Hunger Hotspots: Protecting Nutrition in the Era of Climate Change


As Bread for the World emphasizes, climate change is one of the main causes of global hunger. People living in parts of the world that are most vulnerable to climate change, who are among the first and most severely impacted, are usually also the least responsible for greenhouse gas emissions and have the fewest resources to adapt to it. 

Unpredictable weather is only one aspect of climate change, but it produces signs that are hard to miss—ranging from fields with crops that are withered from drought, to stored grains ruined by flooding, to swarms of destructive insects who prefer the new warmer temperatures, to more frequent and intense sudden-onset disasters such as wildfires and hurricanes.  

Other types of damage caused by climate change may be less noticeable from a day-to-day vantage point, but they are also devastating. One of these is the growing number of people being forced to leave their homes and farms in search of food and a more viable way of earning a living. Another is the impact of higher carbon dioxide concentration in the soil, with consequences for the nutritional quality of crops. Climate scientists, nutritionists, and other specialists do not yet understand all the implications for human nutrition. 

We know, however, that among the people most at risk from malnutrition are two groups that frequently overlap: people who have been displaced either within or outside their home countries; and pregnant women and young children. 

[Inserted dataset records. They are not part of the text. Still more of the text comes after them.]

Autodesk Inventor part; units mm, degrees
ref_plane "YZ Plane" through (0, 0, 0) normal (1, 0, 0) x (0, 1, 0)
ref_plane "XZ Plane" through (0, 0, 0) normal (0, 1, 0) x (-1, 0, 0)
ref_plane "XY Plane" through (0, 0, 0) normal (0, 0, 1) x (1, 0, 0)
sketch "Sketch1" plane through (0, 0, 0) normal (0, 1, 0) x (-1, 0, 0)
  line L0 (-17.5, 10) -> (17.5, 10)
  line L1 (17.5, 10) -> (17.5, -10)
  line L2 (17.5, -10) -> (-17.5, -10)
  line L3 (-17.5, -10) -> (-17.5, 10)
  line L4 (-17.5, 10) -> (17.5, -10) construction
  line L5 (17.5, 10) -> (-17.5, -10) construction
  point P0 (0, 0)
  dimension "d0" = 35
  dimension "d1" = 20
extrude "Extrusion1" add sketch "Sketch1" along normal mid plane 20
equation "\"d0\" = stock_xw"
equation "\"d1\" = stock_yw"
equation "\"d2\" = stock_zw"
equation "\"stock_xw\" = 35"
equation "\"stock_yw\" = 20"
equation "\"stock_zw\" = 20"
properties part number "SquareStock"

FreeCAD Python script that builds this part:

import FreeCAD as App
import Part
import Sketcher

V = App.Vector


def add_polygon(sketch, points):
    """Adds a closed chain of lines whose ends are joined by coincident constraints."""
    first, n = sketch.GeometryCount, len(points)
    for a, b in zip(points, points[1:] + points[:1]):
        sketch.addGeometry(Part.LineSegment(App.Vector(*a, 0), App.Vector(*b, 0)), False)
    for i in range(n):
        sketch.addConstraint(Sketcher.Constraint("Coincident", first + i, 2, first + (i + 1) % n, 1))

doc = App.newDocument("Part")
body = doc.addObject("PartDesign::Body", "Body")

# Sketch on XZ plane
sketch1 = body.newObject("Sketcher::SketchObject", "Sketch")
sketch1.AttachmentSupport = (doc.getObject("XZ_Plane"), [""])
sketch1.MapMode = "FlatFace"
add_polygon(sketch1, [(-18, 10), (18, 10), (18, -10), (-18, -10)])  # lines 0-3
sketch1.addConstraint(Sketcher.Constraint("Horizontal", 0))
sketch1.addConstraint(Sketcher.Constraint("Vertical", 1))
sketch1.addConstraint(Sketcher.Constraint("Horizontal", 2))
sketch1.addConstraint(Sketcher.Constraint("Vertical", 3))
sketch1.addConstraint(Sketcher.Constraint("Symmetric", 0, 2, 2, 2, -1, 1))
sketch1.addConstraint(Sketcher.Constraint("DistanceX", 0, 1, 0, 2, 35.0))
sketch1.addConstraint(Sketcher.Constraint("DistanceY", 1, 2, 1, 1, 20.0))
pad1 = body.newObject("PartDesign::Pad", "Pad")
pad1.Profile = sketch1
pad1.Length = 20
pad1.Midplane = True

doc.recompute()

According to the U.N. Food and Agriculture Organization (FAO), for example, disasters linked to climate change can “translate into significant – and negative – nutritional outcomes, including foregone calories and nutrients.”

Researchers at FAO have estimated the potential impact of disasters on the calories available to each person, basing their calculations on data on crop and livestock production loss in least developed, low-income, and middle-income countries between 2008 and 2018. The result was startling—6.9 trillion lost kilocalories per year, or enough calories to feed 7 million adults.

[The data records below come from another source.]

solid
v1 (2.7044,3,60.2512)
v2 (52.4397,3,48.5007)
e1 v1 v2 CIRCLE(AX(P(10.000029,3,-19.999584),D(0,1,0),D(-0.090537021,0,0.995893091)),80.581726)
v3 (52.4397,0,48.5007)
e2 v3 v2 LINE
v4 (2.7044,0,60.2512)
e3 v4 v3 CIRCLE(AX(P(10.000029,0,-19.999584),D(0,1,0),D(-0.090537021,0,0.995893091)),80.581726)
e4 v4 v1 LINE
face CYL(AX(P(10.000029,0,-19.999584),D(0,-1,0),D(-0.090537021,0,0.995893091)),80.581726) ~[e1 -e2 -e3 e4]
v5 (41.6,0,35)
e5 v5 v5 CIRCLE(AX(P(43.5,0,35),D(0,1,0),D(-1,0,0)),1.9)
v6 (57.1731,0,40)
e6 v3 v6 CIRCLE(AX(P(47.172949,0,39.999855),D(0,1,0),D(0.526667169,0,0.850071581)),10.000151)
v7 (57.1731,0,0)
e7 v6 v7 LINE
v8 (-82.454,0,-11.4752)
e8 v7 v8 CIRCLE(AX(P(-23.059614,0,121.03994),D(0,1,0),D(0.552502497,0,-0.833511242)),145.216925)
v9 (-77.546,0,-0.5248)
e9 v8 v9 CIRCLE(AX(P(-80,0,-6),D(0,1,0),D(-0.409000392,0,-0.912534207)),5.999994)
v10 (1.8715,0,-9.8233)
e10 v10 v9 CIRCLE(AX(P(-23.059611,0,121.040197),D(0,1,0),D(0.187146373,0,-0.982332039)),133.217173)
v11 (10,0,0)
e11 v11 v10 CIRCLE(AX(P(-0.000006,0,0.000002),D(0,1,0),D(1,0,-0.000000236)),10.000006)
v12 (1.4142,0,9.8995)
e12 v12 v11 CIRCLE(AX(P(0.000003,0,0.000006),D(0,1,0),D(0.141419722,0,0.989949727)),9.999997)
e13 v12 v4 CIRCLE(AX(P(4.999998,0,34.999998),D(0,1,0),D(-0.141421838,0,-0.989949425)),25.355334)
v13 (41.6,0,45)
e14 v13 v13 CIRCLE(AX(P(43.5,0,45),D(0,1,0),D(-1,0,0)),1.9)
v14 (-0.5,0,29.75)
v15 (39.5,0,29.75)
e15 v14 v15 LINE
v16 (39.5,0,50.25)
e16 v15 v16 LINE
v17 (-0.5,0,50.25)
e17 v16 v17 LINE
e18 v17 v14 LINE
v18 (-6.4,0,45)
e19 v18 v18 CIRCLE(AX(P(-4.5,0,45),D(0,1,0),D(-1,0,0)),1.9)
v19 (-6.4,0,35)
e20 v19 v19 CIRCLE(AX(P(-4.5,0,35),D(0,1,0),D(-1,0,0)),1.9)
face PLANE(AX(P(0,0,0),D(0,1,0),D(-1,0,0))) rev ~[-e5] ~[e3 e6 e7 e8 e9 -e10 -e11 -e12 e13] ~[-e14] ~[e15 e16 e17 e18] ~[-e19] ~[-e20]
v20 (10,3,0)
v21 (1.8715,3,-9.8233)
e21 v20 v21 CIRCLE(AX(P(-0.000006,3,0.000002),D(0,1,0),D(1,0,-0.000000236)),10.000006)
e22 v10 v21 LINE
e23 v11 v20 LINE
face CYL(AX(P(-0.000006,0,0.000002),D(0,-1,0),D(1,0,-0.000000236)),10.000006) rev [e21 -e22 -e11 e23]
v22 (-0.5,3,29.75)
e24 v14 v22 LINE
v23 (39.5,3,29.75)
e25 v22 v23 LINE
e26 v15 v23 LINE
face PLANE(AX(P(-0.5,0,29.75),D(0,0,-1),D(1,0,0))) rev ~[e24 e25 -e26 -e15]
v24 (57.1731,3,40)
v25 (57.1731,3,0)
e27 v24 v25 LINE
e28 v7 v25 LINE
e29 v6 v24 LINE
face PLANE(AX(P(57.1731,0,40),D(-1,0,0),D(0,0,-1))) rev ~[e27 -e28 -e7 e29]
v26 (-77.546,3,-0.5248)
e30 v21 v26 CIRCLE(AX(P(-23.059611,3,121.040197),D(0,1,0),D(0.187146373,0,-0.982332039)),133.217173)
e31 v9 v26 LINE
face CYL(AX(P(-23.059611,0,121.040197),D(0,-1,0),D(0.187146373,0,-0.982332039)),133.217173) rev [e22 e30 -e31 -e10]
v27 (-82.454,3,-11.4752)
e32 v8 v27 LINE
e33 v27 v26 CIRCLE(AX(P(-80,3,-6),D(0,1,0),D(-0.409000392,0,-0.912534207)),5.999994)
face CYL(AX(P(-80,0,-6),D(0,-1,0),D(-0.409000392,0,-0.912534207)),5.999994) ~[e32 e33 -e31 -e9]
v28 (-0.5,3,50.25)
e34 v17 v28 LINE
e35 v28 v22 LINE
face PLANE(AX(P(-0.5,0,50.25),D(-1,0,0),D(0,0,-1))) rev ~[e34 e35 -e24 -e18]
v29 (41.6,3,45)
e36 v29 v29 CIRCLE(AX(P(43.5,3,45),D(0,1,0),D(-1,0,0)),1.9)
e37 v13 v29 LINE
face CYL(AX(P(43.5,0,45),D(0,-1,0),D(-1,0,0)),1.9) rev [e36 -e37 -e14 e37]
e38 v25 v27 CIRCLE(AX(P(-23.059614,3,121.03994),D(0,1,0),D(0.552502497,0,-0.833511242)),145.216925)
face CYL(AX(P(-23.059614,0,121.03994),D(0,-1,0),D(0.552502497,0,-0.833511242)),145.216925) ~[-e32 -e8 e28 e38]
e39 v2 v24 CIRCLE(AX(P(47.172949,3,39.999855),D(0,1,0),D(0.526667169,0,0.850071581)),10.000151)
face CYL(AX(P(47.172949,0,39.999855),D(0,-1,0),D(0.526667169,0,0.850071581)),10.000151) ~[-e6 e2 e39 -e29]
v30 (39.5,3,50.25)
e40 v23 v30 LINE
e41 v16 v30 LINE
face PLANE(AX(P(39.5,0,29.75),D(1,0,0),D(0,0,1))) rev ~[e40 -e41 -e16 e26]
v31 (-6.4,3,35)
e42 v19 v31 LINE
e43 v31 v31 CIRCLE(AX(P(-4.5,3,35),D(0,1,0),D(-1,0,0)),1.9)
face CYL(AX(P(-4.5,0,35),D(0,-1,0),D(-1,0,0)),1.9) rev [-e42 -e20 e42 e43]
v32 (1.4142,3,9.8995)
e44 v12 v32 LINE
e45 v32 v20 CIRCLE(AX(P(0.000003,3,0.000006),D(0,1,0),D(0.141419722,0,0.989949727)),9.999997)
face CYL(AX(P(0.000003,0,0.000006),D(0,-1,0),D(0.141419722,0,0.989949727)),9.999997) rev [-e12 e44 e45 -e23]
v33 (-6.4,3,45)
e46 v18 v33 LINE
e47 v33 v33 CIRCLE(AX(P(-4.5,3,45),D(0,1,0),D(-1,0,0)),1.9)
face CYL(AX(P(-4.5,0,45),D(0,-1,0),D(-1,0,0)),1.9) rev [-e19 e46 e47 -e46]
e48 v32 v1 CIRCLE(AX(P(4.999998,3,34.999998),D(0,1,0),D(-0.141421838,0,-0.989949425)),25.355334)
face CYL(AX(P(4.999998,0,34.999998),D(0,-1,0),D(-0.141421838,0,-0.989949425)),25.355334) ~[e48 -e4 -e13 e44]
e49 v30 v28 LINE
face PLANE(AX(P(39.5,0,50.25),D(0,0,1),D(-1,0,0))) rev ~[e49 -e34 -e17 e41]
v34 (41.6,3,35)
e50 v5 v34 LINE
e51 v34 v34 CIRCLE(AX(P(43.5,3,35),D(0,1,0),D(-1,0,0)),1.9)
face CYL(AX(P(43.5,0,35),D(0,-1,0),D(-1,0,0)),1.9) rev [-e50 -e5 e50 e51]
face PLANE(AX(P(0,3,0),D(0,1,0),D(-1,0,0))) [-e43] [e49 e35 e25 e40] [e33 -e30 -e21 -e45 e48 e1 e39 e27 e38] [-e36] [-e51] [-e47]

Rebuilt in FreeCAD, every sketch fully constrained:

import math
import FreeCAD as App
import Part
import Sketcher

V = App.Vector
Q = App.Units.Quantity


def add_polygon(sketch, points):
    """Adds a closed chain of lines whose ends are joined by coincident constraints."""
    first, n = sketch.GeometryCount, len(points)
    for a, b in zip(points, points[1:] + points[:1]):
        sketch.addGeometry(Part.LineSegment(App.Vector(*a, 0), App.Vector(*b, 0)), False)
    for i in range(n):
        sketch.addConstraint(Sketcher.Constraint("Coincident", first + i, 2, first + (i + 1) % n, 1))

doc = App.newDocument("Part")
body = doc.addObject("PartDesign::Body", "Body")

# Sketch on XZ plane
sketch1 = doc.addObject("Sketcher::SketchObject", "Sketch")
body.addObject(sketch1)
sketch1.AttachmentSupport = (doc.XZ_Plane, [""])
sketch1.MapMode = "FlatFace"
sketch1.addGeometry(Part.ArcOfCircle(Part.Circle(V(0, 0, 0), V(0, 0, 1), 10), math.radians(0), math.radians(82)), False)  # 0
sketch1.addGeometry(Part.ArcOfCircle(Part.Circle(V(5, 35, 0), V(0, 0, 1), 25.4), math.radians(95), math.radians(262)), False)  # 1
sketch1.addGeometry(Part.ArcOfCircle(Part.Circle(V(10, -20, 0), V(0, 0, 1), 80.6), math.radians(58), math.radians(95)), False)  # 2
sketch1.addGeometry(Part.ArcOfCircle(Part.Circle(V(47.2, 40, 0), V(0, 0, 1), 10), math.radians(0), math.radians(58)), False)  # 3
sketch1.addGeometry(Part.LineSegment(V(57.2, 40, 0), V(57.2, 0, 0)), False)  # 4
sketch1.addGeometry(Part.ArcOfCircle(Part.Circle(V(-23.1, 121, 0), V(0, 0, 1), 145.2), math.radians(-114), math.radians(-56)), False)  # 5
sketch1.addGeometry(Part.ArcOfCircle(Part.Circle(V(-80, -6, 0), V(0, 0, 1), 6), math.radians(66), math.radians(246)), False)  # 6
sketch1.addGeometry(Part.ArcOfCircle(Part.Circle(V(-23.1, 121, 0), V(0, 0, 1), 133.2), math.radians(-114), math.radians(-79)), False)  # 7
sketch1.addGeometry(Part.ArcOfCircle(Part.Circle(V(0, 0, 0), V(0, 0, 1), 10), math.radians(-79), math.radians(0)), False)  # 8
sketch1.addGeometry(Part.Circle(V(43.5, 35, 0), V(0, 0, 1), 1.9), False)  # 9
sketch1.addGeometry(Part.Circle(V(-4.5, 35, 0), V(0, 0, 1), 1.9), False)  # 10
sketch1.addGeometry(Part.Circle(V(43.5, 45, 0), V(0, 0, 1), 1.9), False)  # 11
add_polygon(sketch1, [(39.5, 29.8), (39.5, 50.2), (-0.5, 50.2), (-0.5, 29.8)])  # lines 12-15
sketch1.addGeometry(Part.Circle(V(-4.5, 45, 0), V(0, 0, 1), 1.9), False)  # 16
sketch1.addConstraint([
    Sketcher.Constraint("Tangent", 0, 2, 1, 2),
    Sketcher.Constraint("Tangent", 1, 1, 2, 2),
    Sketcher.Constraint("Tangent", 2, 1, 3, 2),
    Sketcher.Constraint("Tangent", 3, 1, 4, 1),
    Sketcher.Constraint("Coincident", 4, 2, 5, 2),
    Sketcher.Constraint("Tangent", 5, 1, 6, 2),
    Sketcher.Constraint("Tangent", 6, 1, 7, 1),
    Sketcher.Constraint("Tangent", 7, 2, 8, 1),
    Sketcher.Constraint("Tangent", 8, 2, 0, 1),
    Sketcher.Constraint("Vertical", 4),
    Sketcher.Constraint("Vertical", 12),
    Sketcher.Constraint("Horizontal", 13),
    Sketcher.Constraint("Vertical", 14),
    Sketcher.Constraint("Horizontal", 15),
    Sketcher.Constraint("Coincident", 0, 3, -1, 1),
    Sketcher.Constraint("Coincident", 7, 3, 5, 3),
    Sketcher.Constraint("Equal", 0, 3),
    Sketcher.Constraint("Equal", 3, 8),
    Sketcher.Constraint("Equal", 9, 10),
    Sketcher.Constraint("Equal", 10, 11),
    Sketcher.Constraint("Equal", 11, 16),
    Sketcher.Constraint("PointOnObject", 4, 2, -1),
    Sketcher.Constraint("PointOnObject", 8, 2, -1),
    Sketcher.Constraint("Horizontal", 1, 3, 9, 3),
    Sketcher.Constraint("Horizontal", 9, 3, 10, 3),
    Sketcher.Constraint("Horizontal", 11, 3, 16, 3),
    Sketcher.Constraint("Vertical", 9, 3, 11, 3),
    Sketcher.Constraint("Vertical", 10, 3, 16, 3),
    Sketcher.Constraint("Vertical", 2, 3, 8, 2),
    Sketcher.Constraint("Equal", 15, 4),
    Sketcher.Constraint("Radius", 0, Q("10 mm")),
    Sketcher.Constraint("Radius", 6, Q("6 mm")),
    Sketcher.Constraint("Diameter", 9, Q("3.8 mm")),
    Sketcher.Constraint("DistanceX", 13, 2, 13, 1, Q("40 mm")),
    Sketcher.Constraint("DistanceY", 12, 1, 12, 2, Q("20.5 mm")),
    Sketcher.Constraint("DistanceX", -1, 1, 1, 3, Q("5 mm")),
    Sketcher.Constraint("DistanceY", -1, 1, 1, 3, Q("35 mm")),
    Sketcher.Constraint("DistanceY", 2, 3, -1, 1, Q("20 mm")),
    Sketcher.Constraint("DistanceX", 6, 3, -1, 1, Q("80 mm")),
    Sketcher.Constraint("DistanceX", 10, 3, 9, 3, Q("48 mm")),
    Sketcher.Constraint("DistanceY", 3, 3, 11, 3, Q("5 mm")),
    Sketcher.Constraint("DistanceY", 6, 3, -1, 1, Q("6 mm")),
    Sketcher.Constraint("DistanceX", 12, 2, 11, 3, Q("4 mm")),
    Sketcher.Constraint("DistanceX", -1, 1, 9, 3, Q("43.5 mm")),
    Sketcher.Constraint("DistanceY", -1, 1, 12, 2, Q("50.25 mm")),
])
pad1 = doc.addObject("PartDesign::Pad", "Pad")
body.addObject(pad1)
pad1.Profile = sketch1
pad1.Length = 3
pad1.Reversed = True

doc.recompute()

Scientists also worked to calculate the potential loss of specific essential nutrients, including iron, zinc, calcium, Vitamin A, and iodine. The result for loss of nutritional iron, for example, was estimated as enough to meet the needs of 45 million women. Deficiencies in essential vitamins and minerals can lead to serious health problems—such as blindness or developmental disabilities— or even death. In fact, iron deficiency anemia is a leading contributor to maternal mortality.

There has been increasing recognition over the past 15 years that the period from pregnancy to a child’s second birthday, often known as the “1,000 Days,” is the most critical window for human nutrition. Malnutrition is the cause of nearly half of all deaths among children under 5, and those who survive malnutrition during the 1,000 Days often suffer permanent damage to their health and development, a condition known as stunting.

Because climate change has led to increasing numbers of babies and toddlers who have been displaced along with their families, it is increasingly important for national governments and the global humanitarian assistance community to identify and implement the most effective ways to protect young children. Groups such as the Infant Feeding in Emergencies (IFE) Core Group promote collaboration among stakeholders seeking to do this. 

One effective way of protecting the youngest children during hunger emergencies is continued breastfeeding. According to Colleen Emary, senior technical advisor for nutrition with World Vision, most malnourished mothers will continue to produce breastmilk that meets their babies’ nutritional needs. Milk production will decline only in the most severe cases of malnutrition. 

Emary noted that support for breastfeeding is a priority action in the Sphere Humanitarian Charter and Minimum Standards in Disaster Response. “Policy makers, donors, humanitarian responders, community leaders, and crisis-affected communities all have a role to play in ensuring support for breastfeeding mothers in emergencies,” she pointed out. 

Supporting breastfeeding includes ensuring that pregnant women and lactating mothers are prioritized for nutritious foods in humanitarian assistance efforts, including post-disaster response. This is more important than ever in the wake of the COVID-19 global pandemic. According to UNICEF, between 2020 and 2022, malnutrition among pregnant and breastfeeding women increased by an estimated 25 percent in 12 of the hardest hit countries.

Michele Learner is managing editor, Policy and Research Institute, with Bread for the World.